Work task:
Two lines in the listing below mark the span: one contains "#251=EDGE_CURVE('',#248,#120,#250,.T.);" and one contains "#266=AXIS2_PLACEMENT_3D('',#265,#72,#18);". Reproduce both of them and everything between, exactly.
────────
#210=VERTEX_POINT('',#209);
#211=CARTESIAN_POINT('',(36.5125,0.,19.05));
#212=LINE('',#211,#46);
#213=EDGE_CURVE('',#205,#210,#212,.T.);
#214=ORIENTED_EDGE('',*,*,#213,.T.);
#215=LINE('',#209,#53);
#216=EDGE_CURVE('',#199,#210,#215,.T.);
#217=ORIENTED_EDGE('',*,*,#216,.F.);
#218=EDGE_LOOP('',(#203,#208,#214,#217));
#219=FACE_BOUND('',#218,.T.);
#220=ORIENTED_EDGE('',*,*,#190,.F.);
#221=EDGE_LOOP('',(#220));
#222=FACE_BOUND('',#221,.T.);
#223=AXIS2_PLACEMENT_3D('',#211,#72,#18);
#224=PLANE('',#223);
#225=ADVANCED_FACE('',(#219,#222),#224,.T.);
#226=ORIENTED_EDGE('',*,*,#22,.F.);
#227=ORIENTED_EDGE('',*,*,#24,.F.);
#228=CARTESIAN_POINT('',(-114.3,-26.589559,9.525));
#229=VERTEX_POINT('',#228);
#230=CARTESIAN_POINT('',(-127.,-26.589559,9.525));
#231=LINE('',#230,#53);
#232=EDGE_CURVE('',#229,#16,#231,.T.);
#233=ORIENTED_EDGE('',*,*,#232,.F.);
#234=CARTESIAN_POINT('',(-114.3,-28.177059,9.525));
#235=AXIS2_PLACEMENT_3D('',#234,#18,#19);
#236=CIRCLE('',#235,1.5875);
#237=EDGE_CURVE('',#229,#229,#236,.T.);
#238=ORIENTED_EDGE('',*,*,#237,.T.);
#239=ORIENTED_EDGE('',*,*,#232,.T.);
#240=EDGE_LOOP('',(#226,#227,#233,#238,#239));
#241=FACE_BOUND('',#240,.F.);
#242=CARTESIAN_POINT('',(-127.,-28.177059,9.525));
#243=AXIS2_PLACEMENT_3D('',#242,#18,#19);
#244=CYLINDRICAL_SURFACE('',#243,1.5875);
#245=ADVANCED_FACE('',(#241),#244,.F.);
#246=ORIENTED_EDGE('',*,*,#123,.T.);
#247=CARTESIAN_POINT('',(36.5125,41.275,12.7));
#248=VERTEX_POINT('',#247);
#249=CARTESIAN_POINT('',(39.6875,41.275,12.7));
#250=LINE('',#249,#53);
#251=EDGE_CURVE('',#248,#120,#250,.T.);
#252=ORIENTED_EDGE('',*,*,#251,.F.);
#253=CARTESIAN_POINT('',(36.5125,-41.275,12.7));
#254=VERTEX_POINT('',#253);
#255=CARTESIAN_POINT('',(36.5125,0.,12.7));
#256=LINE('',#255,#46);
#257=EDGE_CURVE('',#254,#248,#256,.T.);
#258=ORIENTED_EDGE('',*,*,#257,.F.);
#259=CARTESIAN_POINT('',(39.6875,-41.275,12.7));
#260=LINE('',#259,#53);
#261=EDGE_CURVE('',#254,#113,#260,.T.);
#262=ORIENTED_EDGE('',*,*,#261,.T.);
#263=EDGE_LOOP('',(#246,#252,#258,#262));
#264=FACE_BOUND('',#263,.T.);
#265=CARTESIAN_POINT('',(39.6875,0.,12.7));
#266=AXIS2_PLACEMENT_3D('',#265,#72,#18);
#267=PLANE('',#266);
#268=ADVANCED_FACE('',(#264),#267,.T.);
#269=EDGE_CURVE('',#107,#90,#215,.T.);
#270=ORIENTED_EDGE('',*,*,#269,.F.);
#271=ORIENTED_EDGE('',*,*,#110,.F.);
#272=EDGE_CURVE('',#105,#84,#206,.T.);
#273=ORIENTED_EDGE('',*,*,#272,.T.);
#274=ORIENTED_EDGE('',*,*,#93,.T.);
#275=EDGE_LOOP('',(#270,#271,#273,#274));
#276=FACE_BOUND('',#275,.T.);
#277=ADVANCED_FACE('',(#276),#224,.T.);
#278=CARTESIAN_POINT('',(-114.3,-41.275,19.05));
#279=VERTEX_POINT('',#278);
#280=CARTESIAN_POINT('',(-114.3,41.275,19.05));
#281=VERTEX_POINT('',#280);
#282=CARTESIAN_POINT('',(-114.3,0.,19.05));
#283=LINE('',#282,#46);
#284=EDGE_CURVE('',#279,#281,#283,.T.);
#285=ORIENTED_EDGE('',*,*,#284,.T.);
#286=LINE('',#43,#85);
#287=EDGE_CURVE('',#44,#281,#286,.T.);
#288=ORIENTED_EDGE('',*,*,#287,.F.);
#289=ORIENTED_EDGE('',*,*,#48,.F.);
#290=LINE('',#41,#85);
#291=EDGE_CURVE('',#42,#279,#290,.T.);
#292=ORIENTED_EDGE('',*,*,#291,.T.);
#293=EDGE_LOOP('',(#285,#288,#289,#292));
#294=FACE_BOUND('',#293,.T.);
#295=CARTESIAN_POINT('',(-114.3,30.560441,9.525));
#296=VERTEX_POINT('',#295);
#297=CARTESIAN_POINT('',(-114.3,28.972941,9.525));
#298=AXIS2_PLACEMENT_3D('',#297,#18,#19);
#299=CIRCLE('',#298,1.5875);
────────
Result for this exercise:
#251=EDGE_CURVE('',#248,#120,#250,.T.);
#252=ORIENTED_EDGE('',*,*,#251,.F.);
#253=CARTESIAN_POINT('',(36.5125,-41.275,12.7));
#254=VERTEX_POINT('',#253);
#255=CARTESIAN_POINT('',(36.5125,0.,12.7));
#256=LINE('',#255,#46);
#257=EDGE_CURVE('',#254,#248,#256,.T.);
#258=ORIENTED_EDGE('',*,*,#257,.F.);
#259=CARTESIAN_POINT('',(39.6875,-41.275,12.7));
#260=LINE('',#259,#53);
#261=EDGE_CURVE('',#254,#113,#260,.T.);
#262=ORIENTED_EDGE('',*,*,#261,.T.);
#263=EDGE_LOOP('',(#246,#252,#258,#262));
#264=FACE_BOUND('',#263,.T.);
#265=CARTESIAN_POINT('',(39.6875,0.,12.7));
#266=AXIS2_PLACEMENT_3D('',#265,#72,#18);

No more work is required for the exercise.